In considering this study, it is relevant to discuss its limitations. Although a sample with clinical features was desired for this replicative effort, the sample sizes in the current study are not large, particularly for the PTSD− sample. A larger sample would have permitted additional analyses to examine predictors of the magnitude of rebound following suppression and potentially could have revealed individual difference factors that account for variation in the degree of rebound. Second, it is possible that these results reflect unique methodological features of this paradigm. For example, the instructions that preceded the Monitor 2 phase did not explicitly cancel the previous suppression instructions. It is possible that some participants could have misunderstood the instructions and continued to suppress during the Monitor 2 phase.
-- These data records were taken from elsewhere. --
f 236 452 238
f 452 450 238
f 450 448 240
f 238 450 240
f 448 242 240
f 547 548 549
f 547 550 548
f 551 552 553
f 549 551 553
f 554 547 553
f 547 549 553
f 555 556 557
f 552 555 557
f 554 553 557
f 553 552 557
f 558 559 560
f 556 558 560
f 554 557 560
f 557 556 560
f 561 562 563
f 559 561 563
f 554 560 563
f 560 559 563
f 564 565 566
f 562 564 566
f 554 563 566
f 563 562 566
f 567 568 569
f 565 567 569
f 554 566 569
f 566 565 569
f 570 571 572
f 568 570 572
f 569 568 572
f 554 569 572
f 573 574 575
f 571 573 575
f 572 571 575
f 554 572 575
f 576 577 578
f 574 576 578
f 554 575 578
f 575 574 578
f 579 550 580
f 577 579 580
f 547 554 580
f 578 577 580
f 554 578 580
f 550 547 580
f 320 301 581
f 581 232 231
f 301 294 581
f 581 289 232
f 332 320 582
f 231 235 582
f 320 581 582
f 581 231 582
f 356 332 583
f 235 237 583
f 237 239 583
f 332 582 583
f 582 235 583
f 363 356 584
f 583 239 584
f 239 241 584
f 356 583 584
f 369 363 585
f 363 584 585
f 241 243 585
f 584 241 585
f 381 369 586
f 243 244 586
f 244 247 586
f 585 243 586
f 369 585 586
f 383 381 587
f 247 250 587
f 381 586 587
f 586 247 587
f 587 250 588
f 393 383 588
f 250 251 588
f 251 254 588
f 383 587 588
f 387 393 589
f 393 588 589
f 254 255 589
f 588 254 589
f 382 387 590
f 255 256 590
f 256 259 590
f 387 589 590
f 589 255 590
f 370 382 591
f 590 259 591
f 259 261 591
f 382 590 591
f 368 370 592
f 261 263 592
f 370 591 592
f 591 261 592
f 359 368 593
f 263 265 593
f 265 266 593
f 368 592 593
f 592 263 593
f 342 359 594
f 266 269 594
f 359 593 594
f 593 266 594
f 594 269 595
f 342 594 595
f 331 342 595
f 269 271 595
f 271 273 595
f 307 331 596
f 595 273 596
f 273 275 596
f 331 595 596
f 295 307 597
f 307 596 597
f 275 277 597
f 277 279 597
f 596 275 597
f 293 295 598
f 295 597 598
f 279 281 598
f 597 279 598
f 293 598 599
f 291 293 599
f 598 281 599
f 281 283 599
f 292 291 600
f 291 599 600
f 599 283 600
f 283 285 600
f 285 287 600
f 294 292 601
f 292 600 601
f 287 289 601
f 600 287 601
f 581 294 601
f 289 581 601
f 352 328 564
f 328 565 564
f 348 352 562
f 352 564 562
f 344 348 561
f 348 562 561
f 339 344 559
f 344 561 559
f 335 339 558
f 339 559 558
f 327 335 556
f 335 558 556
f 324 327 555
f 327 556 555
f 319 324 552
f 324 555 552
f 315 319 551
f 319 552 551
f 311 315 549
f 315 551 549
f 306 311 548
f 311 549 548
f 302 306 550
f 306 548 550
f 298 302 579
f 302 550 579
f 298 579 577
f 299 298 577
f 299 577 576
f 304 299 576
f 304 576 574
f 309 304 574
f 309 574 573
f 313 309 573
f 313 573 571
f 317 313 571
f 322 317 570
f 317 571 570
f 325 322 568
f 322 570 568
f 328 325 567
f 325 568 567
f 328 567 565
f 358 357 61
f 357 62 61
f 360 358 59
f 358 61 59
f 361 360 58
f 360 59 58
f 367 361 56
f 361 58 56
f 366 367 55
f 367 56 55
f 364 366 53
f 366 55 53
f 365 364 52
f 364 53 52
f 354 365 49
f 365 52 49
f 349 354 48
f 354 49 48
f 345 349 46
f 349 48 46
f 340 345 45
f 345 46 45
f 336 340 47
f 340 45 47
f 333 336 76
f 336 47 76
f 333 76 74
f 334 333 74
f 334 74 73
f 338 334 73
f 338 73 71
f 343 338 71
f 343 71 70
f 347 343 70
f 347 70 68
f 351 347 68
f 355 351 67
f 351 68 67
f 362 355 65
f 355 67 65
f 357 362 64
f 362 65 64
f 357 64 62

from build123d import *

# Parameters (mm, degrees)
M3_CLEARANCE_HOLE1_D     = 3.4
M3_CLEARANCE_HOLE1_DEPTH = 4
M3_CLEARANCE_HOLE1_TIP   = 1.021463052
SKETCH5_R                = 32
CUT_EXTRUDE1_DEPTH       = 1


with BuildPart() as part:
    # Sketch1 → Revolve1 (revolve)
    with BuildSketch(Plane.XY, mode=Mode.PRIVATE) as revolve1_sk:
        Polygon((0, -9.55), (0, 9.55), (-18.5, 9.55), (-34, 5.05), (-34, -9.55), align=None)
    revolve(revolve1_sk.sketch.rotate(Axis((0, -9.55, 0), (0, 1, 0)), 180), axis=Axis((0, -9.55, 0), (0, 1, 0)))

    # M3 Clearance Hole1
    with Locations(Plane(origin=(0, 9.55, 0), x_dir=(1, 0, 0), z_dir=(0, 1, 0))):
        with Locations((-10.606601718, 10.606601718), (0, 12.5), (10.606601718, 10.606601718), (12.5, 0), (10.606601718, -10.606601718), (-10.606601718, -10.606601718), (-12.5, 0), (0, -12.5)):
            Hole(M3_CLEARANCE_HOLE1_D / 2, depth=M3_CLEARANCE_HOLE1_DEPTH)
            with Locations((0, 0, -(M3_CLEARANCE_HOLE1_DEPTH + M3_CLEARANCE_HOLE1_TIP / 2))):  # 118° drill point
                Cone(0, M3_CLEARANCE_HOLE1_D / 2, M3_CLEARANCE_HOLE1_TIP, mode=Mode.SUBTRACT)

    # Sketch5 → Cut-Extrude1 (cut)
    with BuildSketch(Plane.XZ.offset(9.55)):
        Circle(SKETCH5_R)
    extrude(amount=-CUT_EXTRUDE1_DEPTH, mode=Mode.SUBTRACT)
Likewise, the three instructional sets were not matched for length nor for mention of the MVA, which could have influenced these findings. As well, it is possible that inclusion of a 5-minute rest interval following each phase could have resulted in a loss of data. Although this was necessary to minimize carry-over between phases in the physiological measures, this methodological feature could have influenced the obtained results. Third, the current study made no effort to examine basic processes which underlie deliberate thought suppression and its effects. It is possible that a shift in research focus could benefit our understanding of this issue. In particular, future studies perhaps could move away from examining whether rebound occurs following thought suppression and focus instead on the strategies that participants employ when asked to deliberately suppress trauma-related thoughts. Alternatively, examination of specific suppression techniques (e.g., deliberately thinking about another topic, re-directing one's focus) potentially could reveal greater information about how deliberate suppression of trauma-related thoughts can ironically backfire. Lastly, future work would benefit from inclusion of a broader array of physiological measures, including if possible measures of endocrine function.

This study has some important clinical implications, particularly when placed among related studies in the field. The current results suggest that emotionally distressed individuals may show an ironic increase in trauma-related thoughts following deliberate suppression of these thoughts, irrespective of PTSD diagnostic status. Thus, much like naturalistic reports, these findings may suggest that thought suppression could be a mechanism that maintains emotional distress, anxiety, and perceptions of uncontrollability among trauma survivors. Clearly, greater study of when thought suppression “backfires” and when it does not would be helpful, particularly in developing programs designed to prevent the development of trauma-related emotional problems.

Acknowledgments

We appreciate the help of Janine Ippolito and Megan Dempsey for their assistance in coding the thought listing data.

Footnotes

This work was supported in part by a grant from the National Institute of Mental Health (MH64777).

1

Other disorders were not present at a sufficient frequency in the reliability sample to compute kappa coefficients.

2

Participants who met DSM criteria for PTSD in two of the three symptom clusters and reported clinically significant distress and interference from these symptoms were excluded from this study (n=18). The decision was made to exclude these individuals given the fact that the Group variable was conceptualized as a between-group factor and it was necessary to clearly define the PTSD+/− samples.

3

These analyses were repeated, using arcsine transformation of the percentage of MVA thoughts, owing to concerns inherent with proportional data (Cohen & Cohen, 1975). Because the pattern of results was identical, the untransformed data are presented.

4

We also conducted a major subset of the analyses a second time, controlling for diagnostic comorbidity. Participants in the PTSD− group who were free of all other anxiety and mood disorders (n=13) were specifically compared with the PTSD+ group. The pattern of results was basically the same. Interested readers may contact the first author for more details concerning these analyses.